Data section ▸
==================================================
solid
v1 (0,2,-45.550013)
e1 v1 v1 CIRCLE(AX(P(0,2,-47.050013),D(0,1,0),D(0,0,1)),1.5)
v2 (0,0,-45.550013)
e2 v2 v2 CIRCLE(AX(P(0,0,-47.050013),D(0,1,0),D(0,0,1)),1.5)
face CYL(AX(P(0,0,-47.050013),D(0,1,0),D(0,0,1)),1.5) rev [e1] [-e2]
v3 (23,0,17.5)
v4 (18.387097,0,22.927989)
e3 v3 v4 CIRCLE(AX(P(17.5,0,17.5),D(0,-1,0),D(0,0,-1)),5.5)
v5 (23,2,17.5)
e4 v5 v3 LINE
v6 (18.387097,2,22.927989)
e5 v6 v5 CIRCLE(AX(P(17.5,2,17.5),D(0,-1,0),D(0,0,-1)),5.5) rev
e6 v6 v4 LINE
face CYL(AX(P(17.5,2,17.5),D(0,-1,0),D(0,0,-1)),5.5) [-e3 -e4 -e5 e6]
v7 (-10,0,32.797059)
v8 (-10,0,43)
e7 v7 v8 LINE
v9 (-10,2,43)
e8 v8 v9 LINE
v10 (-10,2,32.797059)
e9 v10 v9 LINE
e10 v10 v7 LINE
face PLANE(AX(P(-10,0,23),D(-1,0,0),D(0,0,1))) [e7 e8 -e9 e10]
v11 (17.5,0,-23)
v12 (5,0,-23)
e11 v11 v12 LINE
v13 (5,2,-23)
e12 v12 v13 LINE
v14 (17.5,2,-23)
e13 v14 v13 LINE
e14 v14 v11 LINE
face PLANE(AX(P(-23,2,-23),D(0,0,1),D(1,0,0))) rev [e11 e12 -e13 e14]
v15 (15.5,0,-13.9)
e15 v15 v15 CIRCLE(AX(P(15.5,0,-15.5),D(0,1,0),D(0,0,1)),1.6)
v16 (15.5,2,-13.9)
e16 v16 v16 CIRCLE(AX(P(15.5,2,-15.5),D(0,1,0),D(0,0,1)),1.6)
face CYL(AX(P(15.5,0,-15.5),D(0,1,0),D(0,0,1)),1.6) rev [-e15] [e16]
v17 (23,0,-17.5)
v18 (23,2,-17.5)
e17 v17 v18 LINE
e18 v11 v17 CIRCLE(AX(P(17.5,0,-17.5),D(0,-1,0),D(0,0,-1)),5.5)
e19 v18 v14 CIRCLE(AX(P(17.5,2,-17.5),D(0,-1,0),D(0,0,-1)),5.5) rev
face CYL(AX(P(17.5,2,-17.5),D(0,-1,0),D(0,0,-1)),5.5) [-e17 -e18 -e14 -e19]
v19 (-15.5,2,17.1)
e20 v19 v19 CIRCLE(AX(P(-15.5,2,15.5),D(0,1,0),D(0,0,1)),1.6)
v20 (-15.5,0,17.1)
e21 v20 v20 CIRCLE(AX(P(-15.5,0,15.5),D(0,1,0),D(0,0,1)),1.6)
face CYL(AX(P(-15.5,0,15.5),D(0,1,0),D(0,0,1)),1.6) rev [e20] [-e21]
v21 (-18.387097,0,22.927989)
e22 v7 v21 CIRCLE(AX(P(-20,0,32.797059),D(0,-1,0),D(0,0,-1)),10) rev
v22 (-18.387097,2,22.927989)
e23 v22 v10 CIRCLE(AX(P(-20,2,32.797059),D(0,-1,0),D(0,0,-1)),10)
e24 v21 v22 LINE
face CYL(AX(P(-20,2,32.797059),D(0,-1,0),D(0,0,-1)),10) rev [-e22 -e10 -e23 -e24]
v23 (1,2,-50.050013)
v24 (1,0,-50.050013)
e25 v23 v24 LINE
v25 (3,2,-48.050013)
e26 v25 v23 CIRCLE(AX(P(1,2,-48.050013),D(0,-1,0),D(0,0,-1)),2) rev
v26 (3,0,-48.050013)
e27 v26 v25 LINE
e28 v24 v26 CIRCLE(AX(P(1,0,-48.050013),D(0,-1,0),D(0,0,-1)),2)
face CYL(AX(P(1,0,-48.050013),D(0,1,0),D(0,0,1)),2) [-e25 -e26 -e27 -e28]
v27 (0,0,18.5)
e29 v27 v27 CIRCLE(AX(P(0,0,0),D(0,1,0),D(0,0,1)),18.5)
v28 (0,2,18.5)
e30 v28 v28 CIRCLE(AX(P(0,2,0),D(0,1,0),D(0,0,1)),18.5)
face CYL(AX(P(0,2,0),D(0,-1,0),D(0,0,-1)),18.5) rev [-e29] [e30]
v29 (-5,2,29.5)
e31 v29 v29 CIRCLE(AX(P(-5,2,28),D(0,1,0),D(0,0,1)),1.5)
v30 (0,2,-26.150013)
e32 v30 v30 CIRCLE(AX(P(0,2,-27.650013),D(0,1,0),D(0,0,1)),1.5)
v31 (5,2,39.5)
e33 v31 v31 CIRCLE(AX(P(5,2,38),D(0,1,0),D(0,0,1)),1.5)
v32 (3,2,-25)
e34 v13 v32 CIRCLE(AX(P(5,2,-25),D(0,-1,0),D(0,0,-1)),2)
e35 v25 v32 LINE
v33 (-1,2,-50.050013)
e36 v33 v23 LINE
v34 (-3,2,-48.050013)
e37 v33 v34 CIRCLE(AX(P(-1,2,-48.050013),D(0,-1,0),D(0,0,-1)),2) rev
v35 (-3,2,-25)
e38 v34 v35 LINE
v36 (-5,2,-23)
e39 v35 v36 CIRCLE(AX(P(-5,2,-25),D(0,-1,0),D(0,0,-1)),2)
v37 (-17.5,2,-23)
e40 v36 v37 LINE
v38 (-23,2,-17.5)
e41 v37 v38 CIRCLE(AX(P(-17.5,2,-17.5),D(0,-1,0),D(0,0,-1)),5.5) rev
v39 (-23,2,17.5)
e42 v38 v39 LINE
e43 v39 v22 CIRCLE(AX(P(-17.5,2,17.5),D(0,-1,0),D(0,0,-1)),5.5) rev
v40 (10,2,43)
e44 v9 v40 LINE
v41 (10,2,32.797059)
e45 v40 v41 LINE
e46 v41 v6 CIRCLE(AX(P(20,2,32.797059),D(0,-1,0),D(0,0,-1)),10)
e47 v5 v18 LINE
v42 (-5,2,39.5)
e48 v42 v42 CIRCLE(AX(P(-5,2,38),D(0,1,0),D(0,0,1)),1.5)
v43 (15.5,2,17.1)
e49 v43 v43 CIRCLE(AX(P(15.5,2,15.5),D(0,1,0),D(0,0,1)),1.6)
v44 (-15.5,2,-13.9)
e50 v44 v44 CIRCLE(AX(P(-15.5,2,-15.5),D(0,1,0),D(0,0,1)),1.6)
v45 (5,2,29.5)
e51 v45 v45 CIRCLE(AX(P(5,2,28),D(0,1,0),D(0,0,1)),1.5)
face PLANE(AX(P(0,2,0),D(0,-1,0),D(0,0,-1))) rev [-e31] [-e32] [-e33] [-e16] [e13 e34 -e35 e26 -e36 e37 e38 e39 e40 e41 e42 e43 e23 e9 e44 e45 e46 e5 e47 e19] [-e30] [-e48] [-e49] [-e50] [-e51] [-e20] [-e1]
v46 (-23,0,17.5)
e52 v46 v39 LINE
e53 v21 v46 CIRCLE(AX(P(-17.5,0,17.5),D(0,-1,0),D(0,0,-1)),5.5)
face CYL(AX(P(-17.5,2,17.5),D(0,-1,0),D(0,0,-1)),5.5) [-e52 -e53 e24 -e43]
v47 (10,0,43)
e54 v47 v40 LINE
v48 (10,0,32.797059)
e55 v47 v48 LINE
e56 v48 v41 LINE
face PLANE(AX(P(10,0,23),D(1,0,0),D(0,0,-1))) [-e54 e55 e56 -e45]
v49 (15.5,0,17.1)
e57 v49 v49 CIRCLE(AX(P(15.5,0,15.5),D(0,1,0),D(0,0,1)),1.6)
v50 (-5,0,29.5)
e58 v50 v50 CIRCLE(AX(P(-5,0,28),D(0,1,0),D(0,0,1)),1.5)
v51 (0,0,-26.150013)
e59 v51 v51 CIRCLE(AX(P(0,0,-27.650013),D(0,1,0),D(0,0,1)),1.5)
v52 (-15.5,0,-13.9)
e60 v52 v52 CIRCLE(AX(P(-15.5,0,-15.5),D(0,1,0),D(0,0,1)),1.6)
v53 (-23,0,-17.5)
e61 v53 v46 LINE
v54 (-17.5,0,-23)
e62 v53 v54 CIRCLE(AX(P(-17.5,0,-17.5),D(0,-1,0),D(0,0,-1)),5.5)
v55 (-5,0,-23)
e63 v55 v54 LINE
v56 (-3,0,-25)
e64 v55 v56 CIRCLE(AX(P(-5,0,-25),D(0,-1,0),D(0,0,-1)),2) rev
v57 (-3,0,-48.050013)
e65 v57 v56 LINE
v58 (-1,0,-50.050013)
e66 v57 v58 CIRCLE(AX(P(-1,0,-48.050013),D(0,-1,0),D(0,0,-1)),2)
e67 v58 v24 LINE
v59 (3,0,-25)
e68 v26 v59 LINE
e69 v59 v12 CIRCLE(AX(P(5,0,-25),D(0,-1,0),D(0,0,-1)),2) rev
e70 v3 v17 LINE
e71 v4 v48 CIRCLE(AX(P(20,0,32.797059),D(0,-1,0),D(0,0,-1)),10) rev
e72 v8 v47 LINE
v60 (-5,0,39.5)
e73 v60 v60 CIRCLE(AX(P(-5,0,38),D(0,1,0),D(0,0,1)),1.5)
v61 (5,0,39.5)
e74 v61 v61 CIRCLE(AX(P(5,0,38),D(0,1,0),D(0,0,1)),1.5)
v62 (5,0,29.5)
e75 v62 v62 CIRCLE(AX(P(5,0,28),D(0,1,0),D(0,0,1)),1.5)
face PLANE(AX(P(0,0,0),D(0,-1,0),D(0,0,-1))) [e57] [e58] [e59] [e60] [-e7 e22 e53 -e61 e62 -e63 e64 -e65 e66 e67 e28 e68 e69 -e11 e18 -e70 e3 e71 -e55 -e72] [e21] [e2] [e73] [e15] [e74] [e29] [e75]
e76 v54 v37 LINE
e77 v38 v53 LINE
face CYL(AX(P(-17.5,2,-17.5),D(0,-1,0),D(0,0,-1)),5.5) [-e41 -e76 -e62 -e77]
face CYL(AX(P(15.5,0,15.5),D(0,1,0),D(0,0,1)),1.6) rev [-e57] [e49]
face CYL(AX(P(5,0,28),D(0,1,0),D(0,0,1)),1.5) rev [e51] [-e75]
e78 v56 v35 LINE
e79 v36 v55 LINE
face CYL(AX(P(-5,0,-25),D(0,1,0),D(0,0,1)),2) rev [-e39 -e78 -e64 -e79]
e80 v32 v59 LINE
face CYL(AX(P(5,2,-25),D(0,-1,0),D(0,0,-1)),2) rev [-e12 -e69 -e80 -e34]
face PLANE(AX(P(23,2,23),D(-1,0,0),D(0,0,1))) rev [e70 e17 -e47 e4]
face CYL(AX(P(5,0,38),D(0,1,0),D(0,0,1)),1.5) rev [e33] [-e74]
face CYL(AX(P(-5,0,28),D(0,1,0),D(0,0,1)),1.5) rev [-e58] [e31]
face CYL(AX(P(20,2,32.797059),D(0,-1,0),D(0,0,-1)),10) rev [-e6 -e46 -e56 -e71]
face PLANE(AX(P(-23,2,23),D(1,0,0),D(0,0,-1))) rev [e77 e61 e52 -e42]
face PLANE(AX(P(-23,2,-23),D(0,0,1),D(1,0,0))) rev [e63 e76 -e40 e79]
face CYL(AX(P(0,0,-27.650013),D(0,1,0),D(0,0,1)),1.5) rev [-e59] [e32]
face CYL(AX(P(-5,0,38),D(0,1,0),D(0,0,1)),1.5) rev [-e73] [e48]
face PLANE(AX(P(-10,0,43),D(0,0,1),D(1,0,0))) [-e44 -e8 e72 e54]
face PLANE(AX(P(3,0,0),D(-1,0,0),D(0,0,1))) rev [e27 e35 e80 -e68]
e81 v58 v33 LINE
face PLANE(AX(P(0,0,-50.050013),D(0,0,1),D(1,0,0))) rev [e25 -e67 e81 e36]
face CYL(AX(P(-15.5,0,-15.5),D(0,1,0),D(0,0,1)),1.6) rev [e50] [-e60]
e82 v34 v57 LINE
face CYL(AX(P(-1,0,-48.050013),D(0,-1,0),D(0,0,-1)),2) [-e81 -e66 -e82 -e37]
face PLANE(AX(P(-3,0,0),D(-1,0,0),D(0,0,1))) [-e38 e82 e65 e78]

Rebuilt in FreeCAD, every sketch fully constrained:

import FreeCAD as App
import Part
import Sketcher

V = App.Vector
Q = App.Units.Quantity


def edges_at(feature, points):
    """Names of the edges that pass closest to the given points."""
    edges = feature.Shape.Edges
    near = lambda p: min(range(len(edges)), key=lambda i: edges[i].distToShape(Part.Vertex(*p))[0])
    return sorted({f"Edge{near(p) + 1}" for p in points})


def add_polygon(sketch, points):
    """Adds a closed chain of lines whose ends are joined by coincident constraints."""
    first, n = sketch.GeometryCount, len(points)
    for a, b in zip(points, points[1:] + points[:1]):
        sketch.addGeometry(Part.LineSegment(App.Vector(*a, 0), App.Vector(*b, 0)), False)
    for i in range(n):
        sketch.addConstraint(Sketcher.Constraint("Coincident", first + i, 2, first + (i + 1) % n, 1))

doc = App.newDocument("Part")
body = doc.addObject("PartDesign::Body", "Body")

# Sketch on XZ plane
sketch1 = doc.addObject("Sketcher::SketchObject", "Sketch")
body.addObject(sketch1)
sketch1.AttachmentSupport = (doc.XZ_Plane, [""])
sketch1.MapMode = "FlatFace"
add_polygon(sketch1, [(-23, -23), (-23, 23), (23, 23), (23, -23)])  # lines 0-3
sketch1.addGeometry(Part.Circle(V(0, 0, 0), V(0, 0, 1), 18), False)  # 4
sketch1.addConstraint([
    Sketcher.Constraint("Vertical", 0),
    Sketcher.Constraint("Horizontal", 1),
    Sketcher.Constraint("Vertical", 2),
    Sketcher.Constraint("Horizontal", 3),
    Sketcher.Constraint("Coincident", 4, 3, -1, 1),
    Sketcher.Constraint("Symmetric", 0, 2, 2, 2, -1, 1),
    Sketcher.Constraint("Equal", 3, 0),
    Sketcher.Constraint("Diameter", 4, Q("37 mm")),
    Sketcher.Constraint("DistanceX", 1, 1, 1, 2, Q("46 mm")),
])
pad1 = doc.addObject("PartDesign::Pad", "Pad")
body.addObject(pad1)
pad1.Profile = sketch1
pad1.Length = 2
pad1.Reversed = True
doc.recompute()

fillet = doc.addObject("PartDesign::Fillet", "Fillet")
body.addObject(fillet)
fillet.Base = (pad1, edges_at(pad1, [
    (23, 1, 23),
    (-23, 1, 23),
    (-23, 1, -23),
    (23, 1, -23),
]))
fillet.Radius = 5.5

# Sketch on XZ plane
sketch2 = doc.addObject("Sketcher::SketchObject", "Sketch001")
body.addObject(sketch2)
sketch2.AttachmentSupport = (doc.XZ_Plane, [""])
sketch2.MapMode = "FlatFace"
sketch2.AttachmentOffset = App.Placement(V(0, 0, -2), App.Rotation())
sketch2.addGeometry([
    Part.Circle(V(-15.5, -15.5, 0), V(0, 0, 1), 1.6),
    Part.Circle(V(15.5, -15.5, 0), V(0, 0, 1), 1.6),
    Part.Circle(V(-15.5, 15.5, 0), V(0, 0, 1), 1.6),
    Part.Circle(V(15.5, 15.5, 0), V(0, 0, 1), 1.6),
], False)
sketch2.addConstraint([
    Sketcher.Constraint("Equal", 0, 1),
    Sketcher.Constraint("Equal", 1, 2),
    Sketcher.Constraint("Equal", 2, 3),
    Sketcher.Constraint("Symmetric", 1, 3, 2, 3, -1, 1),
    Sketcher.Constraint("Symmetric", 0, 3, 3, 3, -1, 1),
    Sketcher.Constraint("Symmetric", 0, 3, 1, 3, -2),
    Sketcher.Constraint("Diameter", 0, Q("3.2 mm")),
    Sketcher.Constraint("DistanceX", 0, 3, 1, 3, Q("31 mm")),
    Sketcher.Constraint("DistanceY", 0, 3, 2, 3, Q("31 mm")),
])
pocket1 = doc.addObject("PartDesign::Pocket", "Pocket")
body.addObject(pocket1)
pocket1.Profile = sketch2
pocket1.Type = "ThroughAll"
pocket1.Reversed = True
==================================================
Work request ▸ Reproduce only the lines from the top of the material through the one bearing "v15 (15.5,0,-13.9)", each exactly as it stands.

Expected answer ▸
solid
v1 (0,2,-45.550013)
e1 v1 v1 CIRCLE(AX(P(0,2,-47.050013),D(0,1,0),D(0,0,1)),1.5)
v2 (0,0,-45.550013)
e2 v2 v2 CIRCLE(AX(P(0,0,-47.050013),D(0,1,0),D(0,0,1)),1.5)
face CYL(AX(P(0,0,-47.050013),D(0,1,0),D(0,0,1)),1.5) rev [e1] [-e2]
v3 (23,0,17.5)
v4 (18.387097,0,22.927989)
e3 v3 v4 CIRCLE(AX(P(17.5,0,17.5),D(0,-1,0),D(0,0,-1)),5.5)
v5 (23,2,17.5)
e4 v5 v3 LINE
v6 (18.387097,2,22.927989)
e5 v6 v5 CIRCLE(AX(P(17.5,2,17.5),D(0,-1,0),D(0,0,-1)),5.5) rev
e6 v6 v4 LINE
face CYL(AX(P(17.5,2,17.5),D(0,-1,0),D(0,0,-1)),5.5) [-e3 -e4 -e5 e6]
v7 (-10,0,32.797059)
v8 (-10,0,43)
e7 v7 v8 LINE
v9 (-10,2,43)
e8 v8 v9 LINE
v10 (-10,2,32.797059)
e9 v10 v9 LINE
e10 v10 v7 LINE
face PLANE(AX(P(-10,0,23),D(-1,0,0),D(0,0,1))) [e7 e8 -e9 e10]
v11 (17.5,0,-23)
v12 (5,0,-23)
e11 v11 v12 LINE
v13 (5,2,-23)
e12 v12 v13 LINE
v14 (17.5,2,-23)
e13 v14 v13 LINE
e14 v14 v11 LINE
face PLANE(AX(P(-23,2,-23),D(0,0,1),D(1,0,0))) rev [e11 e12 -e13 e14]
v15 (15.5,0,-13.9)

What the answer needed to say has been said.